# Free Trendy Skirt Pattern



## sunny71000 (May 16, 2010)

Skirts are a nice around the house instead of everyday work jeans
I saw this skirt at the mall for $76.00 


http://www.alteredcloth.com/images/2007-07-17-skirt-2-200.jpg
http://www.alteredcloth.com/images/2007-07-17-skirt-1-200.jpg


----------



## sewing nana (Oct 18, 2002)

Were do get the pattern?


----------



## AngieM2 (May 10, 2002)

It looks like cotton lycra band around middle or hip, then a soft gathering of the skirt on the bottom. of the band. All stretchy, loose in the skirt area, and not a wrinkly fabric.

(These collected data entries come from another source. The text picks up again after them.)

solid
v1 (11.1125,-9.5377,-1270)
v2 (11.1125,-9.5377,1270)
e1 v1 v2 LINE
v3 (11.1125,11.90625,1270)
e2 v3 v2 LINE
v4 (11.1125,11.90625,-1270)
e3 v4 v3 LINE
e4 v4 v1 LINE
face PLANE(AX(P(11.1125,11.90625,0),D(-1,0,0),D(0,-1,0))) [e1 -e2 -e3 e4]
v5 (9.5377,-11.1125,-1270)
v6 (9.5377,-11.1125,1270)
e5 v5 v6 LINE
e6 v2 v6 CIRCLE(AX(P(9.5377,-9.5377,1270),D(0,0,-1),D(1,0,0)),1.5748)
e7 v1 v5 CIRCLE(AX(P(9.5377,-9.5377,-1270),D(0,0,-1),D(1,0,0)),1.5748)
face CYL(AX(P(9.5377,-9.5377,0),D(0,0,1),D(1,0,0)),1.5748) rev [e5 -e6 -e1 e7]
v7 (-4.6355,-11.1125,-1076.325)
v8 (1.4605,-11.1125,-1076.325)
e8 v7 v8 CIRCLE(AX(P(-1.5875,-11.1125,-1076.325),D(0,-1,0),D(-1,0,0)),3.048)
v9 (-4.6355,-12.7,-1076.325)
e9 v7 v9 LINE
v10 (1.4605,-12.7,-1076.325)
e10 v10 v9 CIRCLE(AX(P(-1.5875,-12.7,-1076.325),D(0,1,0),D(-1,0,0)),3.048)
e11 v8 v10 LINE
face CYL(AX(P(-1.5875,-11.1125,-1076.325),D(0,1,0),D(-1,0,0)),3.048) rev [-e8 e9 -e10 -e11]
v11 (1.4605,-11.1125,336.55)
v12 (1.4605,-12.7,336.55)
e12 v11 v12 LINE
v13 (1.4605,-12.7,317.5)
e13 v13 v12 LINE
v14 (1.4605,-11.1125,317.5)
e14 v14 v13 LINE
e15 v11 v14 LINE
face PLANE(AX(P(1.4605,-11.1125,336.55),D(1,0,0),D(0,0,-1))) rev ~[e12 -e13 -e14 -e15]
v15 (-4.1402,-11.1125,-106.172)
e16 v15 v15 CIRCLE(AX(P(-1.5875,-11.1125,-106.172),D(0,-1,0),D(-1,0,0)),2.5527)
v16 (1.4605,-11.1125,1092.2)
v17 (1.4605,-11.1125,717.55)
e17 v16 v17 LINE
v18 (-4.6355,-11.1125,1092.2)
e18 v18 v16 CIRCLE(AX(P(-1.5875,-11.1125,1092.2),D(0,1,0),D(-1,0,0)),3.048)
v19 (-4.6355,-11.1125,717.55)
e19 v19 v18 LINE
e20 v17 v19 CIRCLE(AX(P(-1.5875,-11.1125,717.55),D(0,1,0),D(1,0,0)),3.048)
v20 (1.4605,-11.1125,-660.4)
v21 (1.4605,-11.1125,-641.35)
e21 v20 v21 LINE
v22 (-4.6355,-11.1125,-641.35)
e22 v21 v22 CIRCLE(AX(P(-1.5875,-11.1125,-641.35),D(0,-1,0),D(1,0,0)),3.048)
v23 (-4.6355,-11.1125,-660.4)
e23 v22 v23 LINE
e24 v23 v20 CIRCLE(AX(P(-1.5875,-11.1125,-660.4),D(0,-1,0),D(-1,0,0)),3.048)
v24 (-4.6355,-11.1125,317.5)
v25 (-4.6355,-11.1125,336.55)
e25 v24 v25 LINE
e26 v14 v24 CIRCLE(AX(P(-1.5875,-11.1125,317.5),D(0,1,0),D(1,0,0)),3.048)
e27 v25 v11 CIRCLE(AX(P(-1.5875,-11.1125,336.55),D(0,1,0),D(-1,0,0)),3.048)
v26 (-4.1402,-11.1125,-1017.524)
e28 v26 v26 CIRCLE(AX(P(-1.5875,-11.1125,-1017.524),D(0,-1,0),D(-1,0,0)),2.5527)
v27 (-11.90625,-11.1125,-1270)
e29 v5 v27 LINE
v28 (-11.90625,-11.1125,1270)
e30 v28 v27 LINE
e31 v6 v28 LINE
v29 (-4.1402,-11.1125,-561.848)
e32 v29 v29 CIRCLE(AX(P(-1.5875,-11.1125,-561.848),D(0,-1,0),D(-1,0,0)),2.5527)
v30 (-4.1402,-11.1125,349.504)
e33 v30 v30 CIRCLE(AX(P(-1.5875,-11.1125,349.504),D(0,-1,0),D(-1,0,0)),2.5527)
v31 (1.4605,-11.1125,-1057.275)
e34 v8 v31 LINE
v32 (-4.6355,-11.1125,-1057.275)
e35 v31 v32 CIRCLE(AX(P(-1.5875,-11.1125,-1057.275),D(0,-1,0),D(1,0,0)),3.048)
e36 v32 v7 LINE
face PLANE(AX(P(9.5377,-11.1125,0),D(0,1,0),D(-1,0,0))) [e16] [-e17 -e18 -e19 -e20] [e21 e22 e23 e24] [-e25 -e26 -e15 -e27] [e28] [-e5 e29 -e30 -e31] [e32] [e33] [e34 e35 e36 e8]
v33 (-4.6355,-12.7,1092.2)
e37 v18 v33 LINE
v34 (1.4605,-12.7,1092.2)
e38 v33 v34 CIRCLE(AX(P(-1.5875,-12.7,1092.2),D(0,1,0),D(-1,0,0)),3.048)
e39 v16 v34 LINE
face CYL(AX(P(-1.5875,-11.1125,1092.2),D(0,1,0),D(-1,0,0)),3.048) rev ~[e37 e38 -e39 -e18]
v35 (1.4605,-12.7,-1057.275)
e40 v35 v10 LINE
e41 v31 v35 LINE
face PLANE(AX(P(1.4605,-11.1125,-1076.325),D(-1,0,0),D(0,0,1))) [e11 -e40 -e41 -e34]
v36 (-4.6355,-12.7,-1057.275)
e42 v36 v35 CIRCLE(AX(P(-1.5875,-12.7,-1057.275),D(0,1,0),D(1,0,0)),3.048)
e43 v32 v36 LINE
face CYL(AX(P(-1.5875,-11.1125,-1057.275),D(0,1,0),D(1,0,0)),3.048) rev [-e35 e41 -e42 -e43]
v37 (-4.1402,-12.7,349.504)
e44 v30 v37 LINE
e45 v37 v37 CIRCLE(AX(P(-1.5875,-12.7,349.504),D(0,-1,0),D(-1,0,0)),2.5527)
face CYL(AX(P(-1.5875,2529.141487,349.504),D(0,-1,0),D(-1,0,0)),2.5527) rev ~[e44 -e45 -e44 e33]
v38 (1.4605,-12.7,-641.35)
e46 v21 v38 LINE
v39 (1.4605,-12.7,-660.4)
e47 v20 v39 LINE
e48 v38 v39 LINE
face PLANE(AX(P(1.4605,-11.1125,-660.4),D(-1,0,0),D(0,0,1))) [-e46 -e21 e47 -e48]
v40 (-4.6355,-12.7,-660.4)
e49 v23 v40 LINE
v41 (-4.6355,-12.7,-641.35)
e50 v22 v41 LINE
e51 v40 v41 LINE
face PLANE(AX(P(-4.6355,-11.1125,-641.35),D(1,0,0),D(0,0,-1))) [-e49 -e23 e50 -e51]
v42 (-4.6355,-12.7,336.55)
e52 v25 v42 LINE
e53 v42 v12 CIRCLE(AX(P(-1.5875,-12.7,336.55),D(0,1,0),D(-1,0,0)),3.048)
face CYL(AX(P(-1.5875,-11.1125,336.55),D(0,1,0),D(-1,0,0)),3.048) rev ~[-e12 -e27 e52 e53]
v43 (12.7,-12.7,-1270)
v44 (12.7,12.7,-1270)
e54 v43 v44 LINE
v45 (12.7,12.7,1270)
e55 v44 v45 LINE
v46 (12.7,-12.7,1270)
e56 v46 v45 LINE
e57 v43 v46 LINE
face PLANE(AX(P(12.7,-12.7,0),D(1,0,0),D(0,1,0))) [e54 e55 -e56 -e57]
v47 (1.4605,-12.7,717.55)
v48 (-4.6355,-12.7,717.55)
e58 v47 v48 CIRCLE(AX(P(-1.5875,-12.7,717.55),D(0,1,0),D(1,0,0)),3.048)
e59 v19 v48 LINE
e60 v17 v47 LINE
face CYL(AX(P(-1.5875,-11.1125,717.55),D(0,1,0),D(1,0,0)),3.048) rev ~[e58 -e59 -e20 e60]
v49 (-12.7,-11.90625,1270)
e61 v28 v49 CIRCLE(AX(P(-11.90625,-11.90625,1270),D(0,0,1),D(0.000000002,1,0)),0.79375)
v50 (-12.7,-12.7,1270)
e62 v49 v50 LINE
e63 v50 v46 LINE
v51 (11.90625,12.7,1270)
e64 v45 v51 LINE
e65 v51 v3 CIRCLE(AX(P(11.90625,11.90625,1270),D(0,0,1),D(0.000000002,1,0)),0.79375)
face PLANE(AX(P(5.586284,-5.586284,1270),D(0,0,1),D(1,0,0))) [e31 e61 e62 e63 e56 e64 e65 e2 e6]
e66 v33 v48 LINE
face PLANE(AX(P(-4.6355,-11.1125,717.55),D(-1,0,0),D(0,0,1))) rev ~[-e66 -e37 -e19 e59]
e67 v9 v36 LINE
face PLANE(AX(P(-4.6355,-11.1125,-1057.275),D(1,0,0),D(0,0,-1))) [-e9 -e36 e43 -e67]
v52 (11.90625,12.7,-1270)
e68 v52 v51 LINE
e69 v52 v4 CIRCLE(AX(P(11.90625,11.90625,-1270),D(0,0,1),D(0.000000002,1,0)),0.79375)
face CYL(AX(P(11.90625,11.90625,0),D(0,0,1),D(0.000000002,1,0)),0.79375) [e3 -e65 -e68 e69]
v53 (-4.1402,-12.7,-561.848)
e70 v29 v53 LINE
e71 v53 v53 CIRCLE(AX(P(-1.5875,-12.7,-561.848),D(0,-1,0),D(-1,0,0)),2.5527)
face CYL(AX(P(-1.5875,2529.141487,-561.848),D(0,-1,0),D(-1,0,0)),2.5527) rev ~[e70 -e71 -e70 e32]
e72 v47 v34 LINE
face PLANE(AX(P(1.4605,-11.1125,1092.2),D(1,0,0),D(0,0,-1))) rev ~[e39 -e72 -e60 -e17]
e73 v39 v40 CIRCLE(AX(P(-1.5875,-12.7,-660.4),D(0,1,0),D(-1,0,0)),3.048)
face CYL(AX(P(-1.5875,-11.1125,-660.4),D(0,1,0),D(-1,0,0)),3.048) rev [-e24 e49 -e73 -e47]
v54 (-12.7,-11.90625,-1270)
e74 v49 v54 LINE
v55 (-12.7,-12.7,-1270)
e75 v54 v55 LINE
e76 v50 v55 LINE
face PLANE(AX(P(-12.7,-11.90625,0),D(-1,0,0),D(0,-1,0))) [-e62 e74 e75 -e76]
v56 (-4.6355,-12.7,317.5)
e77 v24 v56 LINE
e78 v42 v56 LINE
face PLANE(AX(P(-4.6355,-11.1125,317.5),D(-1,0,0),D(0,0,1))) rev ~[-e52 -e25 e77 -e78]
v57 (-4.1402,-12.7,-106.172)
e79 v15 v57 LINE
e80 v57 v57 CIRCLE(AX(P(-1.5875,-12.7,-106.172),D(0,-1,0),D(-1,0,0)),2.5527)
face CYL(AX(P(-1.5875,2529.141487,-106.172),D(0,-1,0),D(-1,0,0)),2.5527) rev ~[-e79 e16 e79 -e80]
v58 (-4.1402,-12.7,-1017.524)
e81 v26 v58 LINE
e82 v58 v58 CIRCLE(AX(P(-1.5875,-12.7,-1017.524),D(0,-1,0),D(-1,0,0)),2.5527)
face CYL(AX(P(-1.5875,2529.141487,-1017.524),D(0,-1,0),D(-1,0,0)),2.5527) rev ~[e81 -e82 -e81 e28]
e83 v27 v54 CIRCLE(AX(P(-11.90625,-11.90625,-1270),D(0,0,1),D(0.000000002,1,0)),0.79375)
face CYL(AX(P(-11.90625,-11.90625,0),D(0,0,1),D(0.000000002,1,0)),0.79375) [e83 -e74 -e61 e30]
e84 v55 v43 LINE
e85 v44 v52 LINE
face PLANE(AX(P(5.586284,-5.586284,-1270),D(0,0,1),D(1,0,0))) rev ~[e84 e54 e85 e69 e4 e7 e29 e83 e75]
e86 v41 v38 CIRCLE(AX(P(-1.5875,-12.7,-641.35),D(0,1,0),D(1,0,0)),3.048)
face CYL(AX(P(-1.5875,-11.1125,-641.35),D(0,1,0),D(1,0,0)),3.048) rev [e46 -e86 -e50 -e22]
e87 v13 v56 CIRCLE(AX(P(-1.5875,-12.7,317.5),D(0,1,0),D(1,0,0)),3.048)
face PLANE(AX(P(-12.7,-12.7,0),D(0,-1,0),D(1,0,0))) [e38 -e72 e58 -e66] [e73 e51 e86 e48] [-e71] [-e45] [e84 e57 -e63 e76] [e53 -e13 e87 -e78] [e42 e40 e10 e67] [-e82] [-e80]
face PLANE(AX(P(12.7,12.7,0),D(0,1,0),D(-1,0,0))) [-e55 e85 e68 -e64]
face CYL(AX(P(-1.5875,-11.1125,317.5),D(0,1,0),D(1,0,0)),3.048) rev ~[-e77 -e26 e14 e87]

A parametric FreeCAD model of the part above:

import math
import FreeCAD as App
import Part
import Sketcher

V = App.Vector
Q = App.Units.Quantity

doc = App.newDocument("Part")
params = doc.addObject("Spreadsheet::Sheet", "Params")
for row, (alias, value) in enumerate([
    ("sketch1_width", "1 in"),
    ("sketch1_radius", "0.03125 in"),
    ("sketch1_radius2", "0.062 in"),
    ("pad1_length", "100 in"),
    ("sketch2_diameter", "0.201 in"),
    ("hole_diameter", "0.201 in"),
    ("sketch3_radius", "0.12 in"),
    ("sketch3_height", "0.75 in"),
    ("sketch3_height2", "14.75 in"),
], start=1):
    params.set(f"A{row}", alias)
    params.set(f"B{row}", "=" + value)
    params.setAlias(f"B{row}", alias)

body = doc.addObject("PartDesign::Body", "Body")

# Sketch on XY plane
sketch1 = body.newObject("Sketcher::SketchObject", "Sketch")
sketch1.AttachmentSupport = (doc.getObject("XY_Plane"), [""])
sketch1.MapMode = "FlatFace"
sketch1.addGeometry([
    Part.LineSegment(V(-12.7, -12.7, 0), V(12.7, -12.7, 0)),  # 0
    Part.LineSegment(V(12.7, -12.7, 0), V(12.7, 12.7, 0)),  # 1
    Part.LineSegment(V(12.7, 12.7, 0), V(11.90625, 12.7, 0)),  # 2
    Part.ArcOfCircle(Part.Circle(V(11.90625, 11.90625, 0), V(0, 0, 1), 0.79375), math.radians(90), math.radians(180)),  # 3
    Part.LineSegment(V(11.1125, 11.90625, 0), V(11.1125, -9.5377, 0)),  # 4
    Part.ArcOfCircle(Part.Circle(V(9.5377, -9.5377, 0), V(0, 0, 1), 1.5748), math.radians(-90), math.radians(0)),  # 5
    Part.LineSegment(V(9.5377, -11.1125, 0), V(-11.90625, -11.1125, 0)),  # 6
    Part.ArcOfCircle(Part.Circle(V(-11.90625, -11.90625, 0), V(0, 0, 1), 0.79375), math.radians(90), math.radians(180)),  # 7
    Part.LineSegment(V(-12.7, -11.90625, 0), V(-12.7, -12.7, 0)),  # 8
], False)
sketch1.addConstraint([
    Sketcher.Constraint("Coincident", 0, 2, 1, 1),
    Sketcher.Constraint("Coincident", 1, 2, 2, 1),
    Sketcher.Constraint("Tangent", 2, 2, 3, 1),
    Sketcher.Constraint("Tangent", 3, 2, 4, 1),
    Sketcher.Constraint("Tangent", 4, 2, 5, 2),
    Sketcher.Constraint("Tangent", 5, 1, 6, 1),
    Sketcher.Constraint("Tangent", 6, 2, 7, 1),
    Sketcher.Constraint("Tangent", 7, 2, 8, 1),
    Sketcher.Constraint("Coincident", 8, 2, 0, 1),
    Sketcher.Constraint("Horizontal", 0),
    Sketcher.Constraint("Vertical", 1),
    Sketcher.Constraint("Horizontal", 2),
    Sketcher.Constraint("Vertical", 4),
    Sketcher.Constraint("Horizontal", 6),
    Sketcher.Constraint("Vertical", 8),
    Sketcher.Constraint("Equal", 3, 7),
    Sketcher.Constraint("Symmetric", 3, 3, 7, 3, -1, 1),
    Sketcher.Constraint("Symmetric", 1, 2, 8, 2, -1, 1),
    Sketcher.Constraint("Equal", 0, 1),
    Sketcher.Constraint("DistanceX", 0, 1, 0, 2, Q("1 in")),
    Sketcher.Constraint("Radius", 3, Q("0.03125 in")),
    Sketcher.Constraint("Radius", 5, Q("0.062 in")),
])
sketch1.setExpression("Constraints[19]", "Params.sketch1_width")
sketch1.setExpression("Constraints[20]", "Params.sketch1_radius")
sketch1.setExpression("Constraints[21]", "Params.sketch1_radius2")
pad1 = body.newObject("PartDesign::Pad", "Pad")
pad1.Profile = sketch1
pad1.setExpression("Length", "Params.pad1_length")
pad1.Midplane = True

Probably could easily be done without a pattern with a little bit of experimentation.


----------



## sewserious (Apr 2, 2010)

http://www.alteredcloth.com/blog/clothing/skirts/

If I were to make this, I would eliminate the gathers and just make a smooth seam between the skirt and the waistband cutting the skirt in more of an A-line than straight, which would give it a bit of flare at the bottom. Those gathers are not going to be flattering at all! They hit on the widest part of the hips for one thing. The A-line would also give more room around the bottom for stooping, squatting to pick things up, kneeling, etc.


----------



## cc (Jun 4, 2006)

I know that I don't shopping very often but isn't that a lot of money for a simple skirt?


----------



## sunny71000 (May 16, 2010)

Here is the link to the pattern. 
I was quite surprised when I found the pattern online. The material is jersey knit which I can find at our Walmart for 1.00 a yard. 
I agree with cc....in my opinion, it's way too much money for a skirt or for any one article of clothing. 
Anyhow, I thought it was cute and figured I'd pass the pattern along.


http://www.alteredcloth.com/blog/clothing/skirts/


----------



## sewsilly (May 16, 2004)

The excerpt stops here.